Work request:
Copy each line below that includes "with".

Records supplied:
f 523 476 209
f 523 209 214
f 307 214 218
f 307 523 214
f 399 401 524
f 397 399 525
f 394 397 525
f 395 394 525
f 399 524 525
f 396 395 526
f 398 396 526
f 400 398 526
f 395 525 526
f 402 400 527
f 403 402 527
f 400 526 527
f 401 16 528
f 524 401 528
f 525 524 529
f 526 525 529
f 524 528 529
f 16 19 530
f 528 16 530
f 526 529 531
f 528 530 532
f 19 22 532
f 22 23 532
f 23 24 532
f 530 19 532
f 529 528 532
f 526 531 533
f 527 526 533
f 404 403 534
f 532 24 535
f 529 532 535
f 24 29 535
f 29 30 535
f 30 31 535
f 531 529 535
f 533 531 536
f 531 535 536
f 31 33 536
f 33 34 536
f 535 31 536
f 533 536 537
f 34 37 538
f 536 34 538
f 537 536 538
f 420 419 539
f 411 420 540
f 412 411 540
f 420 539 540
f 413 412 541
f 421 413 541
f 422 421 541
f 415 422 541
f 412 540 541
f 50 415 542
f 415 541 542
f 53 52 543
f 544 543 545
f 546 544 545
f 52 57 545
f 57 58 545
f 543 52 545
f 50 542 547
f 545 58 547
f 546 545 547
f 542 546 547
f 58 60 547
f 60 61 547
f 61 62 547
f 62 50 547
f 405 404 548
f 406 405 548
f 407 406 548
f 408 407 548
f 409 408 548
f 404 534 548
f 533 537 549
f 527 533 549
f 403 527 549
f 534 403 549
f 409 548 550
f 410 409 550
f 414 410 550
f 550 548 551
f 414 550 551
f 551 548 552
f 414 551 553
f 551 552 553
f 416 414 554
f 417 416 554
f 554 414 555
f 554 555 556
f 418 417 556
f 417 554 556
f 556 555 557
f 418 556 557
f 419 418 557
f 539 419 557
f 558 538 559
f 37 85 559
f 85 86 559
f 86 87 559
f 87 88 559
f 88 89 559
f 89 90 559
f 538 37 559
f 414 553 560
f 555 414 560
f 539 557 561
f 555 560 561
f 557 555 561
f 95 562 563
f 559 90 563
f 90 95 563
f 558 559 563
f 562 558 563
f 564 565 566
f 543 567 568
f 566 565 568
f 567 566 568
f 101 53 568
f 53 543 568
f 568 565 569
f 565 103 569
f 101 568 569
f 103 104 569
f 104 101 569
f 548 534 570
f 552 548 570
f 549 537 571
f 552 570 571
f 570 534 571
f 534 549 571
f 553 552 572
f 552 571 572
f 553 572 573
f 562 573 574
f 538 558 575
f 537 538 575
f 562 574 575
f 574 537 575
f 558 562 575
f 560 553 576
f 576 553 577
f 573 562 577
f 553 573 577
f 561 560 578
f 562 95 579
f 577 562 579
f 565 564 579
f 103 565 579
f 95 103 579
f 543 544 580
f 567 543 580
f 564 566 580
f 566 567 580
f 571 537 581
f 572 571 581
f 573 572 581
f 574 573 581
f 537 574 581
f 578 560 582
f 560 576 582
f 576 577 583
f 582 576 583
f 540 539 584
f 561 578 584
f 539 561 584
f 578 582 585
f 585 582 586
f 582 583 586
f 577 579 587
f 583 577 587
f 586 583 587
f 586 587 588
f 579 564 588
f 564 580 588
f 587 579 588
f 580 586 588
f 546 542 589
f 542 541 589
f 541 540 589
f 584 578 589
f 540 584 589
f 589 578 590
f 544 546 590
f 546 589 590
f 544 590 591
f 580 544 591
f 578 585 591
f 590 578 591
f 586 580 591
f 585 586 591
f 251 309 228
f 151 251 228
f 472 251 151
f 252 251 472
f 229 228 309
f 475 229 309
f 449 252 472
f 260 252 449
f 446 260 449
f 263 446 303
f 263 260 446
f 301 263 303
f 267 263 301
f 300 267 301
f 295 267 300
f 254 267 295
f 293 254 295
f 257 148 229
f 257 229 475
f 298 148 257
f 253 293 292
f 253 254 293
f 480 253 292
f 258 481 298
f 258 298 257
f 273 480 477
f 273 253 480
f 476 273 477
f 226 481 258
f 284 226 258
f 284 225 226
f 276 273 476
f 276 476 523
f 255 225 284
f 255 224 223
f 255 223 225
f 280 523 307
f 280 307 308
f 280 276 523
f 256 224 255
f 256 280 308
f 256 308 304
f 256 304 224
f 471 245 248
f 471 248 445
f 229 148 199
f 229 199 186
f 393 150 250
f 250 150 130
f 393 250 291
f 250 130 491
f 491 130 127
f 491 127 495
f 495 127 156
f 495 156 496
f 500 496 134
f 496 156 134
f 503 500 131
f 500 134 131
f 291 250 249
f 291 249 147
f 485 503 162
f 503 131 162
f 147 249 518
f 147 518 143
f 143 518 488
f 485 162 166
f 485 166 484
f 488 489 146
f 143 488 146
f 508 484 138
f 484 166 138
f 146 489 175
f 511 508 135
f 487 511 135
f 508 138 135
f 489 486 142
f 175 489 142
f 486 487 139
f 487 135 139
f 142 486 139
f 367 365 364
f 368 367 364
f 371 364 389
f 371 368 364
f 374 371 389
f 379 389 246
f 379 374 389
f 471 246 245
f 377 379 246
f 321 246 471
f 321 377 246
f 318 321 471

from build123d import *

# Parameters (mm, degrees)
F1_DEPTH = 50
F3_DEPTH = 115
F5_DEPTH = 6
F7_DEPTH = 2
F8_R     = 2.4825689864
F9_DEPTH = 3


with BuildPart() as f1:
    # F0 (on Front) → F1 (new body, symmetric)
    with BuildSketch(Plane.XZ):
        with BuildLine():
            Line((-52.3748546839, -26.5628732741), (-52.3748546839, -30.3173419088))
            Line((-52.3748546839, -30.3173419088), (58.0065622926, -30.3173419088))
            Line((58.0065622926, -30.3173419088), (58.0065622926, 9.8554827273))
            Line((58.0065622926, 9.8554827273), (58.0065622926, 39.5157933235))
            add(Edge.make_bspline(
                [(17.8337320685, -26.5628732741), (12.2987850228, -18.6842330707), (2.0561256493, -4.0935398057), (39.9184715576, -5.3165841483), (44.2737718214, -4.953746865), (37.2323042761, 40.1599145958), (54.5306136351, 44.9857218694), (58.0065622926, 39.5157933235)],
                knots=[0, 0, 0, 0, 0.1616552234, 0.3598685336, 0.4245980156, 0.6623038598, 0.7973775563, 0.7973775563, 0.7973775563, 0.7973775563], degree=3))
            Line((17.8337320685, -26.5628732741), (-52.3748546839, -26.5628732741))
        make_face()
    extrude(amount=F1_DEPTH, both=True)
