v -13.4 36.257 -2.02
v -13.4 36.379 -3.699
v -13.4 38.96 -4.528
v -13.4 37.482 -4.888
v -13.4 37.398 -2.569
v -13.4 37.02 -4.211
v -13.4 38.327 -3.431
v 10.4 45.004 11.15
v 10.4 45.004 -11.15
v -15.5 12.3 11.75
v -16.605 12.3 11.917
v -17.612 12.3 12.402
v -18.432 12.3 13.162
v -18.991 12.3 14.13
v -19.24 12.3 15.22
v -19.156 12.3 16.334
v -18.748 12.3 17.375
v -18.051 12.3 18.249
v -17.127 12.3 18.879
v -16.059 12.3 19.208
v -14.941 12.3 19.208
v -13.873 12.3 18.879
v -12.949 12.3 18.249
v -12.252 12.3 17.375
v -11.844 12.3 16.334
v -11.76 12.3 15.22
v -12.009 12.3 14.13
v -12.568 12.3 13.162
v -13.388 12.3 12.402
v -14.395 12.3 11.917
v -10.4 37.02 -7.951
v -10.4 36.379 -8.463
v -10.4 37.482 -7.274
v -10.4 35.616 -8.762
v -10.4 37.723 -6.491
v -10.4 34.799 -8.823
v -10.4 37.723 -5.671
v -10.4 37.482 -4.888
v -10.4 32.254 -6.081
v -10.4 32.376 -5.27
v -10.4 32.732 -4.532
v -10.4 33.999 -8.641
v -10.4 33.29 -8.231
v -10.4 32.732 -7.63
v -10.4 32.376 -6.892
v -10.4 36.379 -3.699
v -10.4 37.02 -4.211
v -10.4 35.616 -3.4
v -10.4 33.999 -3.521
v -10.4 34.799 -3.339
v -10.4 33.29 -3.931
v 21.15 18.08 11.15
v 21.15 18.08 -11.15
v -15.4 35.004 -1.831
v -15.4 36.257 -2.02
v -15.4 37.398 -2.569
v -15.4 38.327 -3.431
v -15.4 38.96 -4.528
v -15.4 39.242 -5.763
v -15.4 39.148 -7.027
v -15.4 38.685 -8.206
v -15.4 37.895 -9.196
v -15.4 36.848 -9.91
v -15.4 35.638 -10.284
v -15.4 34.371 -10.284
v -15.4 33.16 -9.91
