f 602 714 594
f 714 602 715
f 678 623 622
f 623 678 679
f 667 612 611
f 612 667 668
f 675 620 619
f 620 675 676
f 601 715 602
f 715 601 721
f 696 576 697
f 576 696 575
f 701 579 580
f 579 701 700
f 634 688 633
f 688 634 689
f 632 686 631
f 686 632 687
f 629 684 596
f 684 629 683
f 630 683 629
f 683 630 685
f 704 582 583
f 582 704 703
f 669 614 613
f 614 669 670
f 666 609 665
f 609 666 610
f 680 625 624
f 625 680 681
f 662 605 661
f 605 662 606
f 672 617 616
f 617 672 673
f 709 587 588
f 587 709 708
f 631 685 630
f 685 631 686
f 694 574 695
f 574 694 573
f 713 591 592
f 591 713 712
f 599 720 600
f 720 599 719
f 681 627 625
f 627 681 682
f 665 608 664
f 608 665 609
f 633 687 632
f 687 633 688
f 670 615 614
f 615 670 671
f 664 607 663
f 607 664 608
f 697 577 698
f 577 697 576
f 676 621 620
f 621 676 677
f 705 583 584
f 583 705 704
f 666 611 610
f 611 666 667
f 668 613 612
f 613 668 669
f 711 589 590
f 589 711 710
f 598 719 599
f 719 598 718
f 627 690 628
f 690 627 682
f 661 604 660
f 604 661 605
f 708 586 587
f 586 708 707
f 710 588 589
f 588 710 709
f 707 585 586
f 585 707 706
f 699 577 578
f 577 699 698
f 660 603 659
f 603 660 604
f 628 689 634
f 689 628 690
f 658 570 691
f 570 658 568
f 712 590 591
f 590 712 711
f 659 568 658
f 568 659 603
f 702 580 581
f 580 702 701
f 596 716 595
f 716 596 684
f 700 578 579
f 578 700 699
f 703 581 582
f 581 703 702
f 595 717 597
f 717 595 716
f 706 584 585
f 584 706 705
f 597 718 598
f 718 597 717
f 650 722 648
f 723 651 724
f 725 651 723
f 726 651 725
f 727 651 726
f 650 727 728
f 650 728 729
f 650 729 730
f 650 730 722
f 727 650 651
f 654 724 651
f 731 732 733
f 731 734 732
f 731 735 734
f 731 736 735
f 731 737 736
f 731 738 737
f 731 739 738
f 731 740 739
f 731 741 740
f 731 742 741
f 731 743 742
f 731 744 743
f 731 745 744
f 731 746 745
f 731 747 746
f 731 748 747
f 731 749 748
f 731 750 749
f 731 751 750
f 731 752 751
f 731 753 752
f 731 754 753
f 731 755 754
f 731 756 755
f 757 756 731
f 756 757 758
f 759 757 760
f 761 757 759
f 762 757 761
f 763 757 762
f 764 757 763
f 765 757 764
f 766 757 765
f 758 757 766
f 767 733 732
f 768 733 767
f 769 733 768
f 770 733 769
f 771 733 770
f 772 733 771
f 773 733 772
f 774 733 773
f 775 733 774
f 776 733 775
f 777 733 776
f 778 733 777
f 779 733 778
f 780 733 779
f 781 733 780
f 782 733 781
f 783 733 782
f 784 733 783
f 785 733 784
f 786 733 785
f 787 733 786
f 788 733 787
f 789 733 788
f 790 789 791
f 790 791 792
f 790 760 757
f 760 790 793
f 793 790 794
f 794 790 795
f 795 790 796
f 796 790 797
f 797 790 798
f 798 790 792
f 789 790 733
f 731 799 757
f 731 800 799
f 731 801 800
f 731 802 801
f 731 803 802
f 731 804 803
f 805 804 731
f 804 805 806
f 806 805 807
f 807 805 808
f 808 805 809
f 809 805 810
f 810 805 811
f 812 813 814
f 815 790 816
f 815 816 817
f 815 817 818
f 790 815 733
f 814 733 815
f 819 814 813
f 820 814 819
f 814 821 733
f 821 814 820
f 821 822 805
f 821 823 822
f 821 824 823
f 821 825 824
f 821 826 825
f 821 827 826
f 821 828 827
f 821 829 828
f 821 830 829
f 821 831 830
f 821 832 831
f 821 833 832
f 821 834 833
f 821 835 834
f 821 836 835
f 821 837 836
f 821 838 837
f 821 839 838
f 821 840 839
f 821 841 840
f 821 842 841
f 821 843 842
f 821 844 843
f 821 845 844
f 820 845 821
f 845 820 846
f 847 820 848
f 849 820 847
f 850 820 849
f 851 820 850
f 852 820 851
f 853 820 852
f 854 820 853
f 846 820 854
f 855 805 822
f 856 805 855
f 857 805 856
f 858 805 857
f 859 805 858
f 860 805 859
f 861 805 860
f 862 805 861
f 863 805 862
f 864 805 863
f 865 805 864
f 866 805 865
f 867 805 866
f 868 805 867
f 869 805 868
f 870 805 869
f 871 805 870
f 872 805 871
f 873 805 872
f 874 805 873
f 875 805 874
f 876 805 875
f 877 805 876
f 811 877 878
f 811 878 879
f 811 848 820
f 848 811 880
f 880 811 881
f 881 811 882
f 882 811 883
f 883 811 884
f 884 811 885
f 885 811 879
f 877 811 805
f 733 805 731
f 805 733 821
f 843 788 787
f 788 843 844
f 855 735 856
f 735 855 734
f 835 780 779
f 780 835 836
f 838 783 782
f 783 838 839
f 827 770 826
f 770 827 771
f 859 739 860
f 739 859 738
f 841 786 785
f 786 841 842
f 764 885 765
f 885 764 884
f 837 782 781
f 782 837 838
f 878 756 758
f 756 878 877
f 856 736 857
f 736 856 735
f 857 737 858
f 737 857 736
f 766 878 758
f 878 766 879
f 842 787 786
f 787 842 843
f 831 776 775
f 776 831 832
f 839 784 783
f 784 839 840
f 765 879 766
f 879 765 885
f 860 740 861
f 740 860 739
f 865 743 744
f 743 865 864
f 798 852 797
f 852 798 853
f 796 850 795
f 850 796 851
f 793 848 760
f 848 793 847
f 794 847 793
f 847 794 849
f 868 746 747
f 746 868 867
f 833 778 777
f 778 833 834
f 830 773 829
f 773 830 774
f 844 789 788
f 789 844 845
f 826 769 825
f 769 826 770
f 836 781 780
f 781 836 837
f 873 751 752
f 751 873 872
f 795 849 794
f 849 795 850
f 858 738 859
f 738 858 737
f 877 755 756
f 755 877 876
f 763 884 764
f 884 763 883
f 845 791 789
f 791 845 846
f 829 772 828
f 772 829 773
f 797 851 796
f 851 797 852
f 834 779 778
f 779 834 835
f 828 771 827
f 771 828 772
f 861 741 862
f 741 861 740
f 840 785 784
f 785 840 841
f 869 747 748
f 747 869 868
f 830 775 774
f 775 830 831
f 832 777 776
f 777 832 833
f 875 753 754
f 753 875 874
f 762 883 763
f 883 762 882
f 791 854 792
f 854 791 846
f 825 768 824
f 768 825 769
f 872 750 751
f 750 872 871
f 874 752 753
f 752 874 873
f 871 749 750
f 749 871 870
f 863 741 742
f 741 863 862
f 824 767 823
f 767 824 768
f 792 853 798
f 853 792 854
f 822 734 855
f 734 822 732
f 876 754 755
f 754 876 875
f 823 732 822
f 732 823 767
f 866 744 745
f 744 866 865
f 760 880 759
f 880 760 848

Result of the exercise:
with BuildPart() as f1:
    with BuildSketch(Plane.XZ):
        with BuildLine():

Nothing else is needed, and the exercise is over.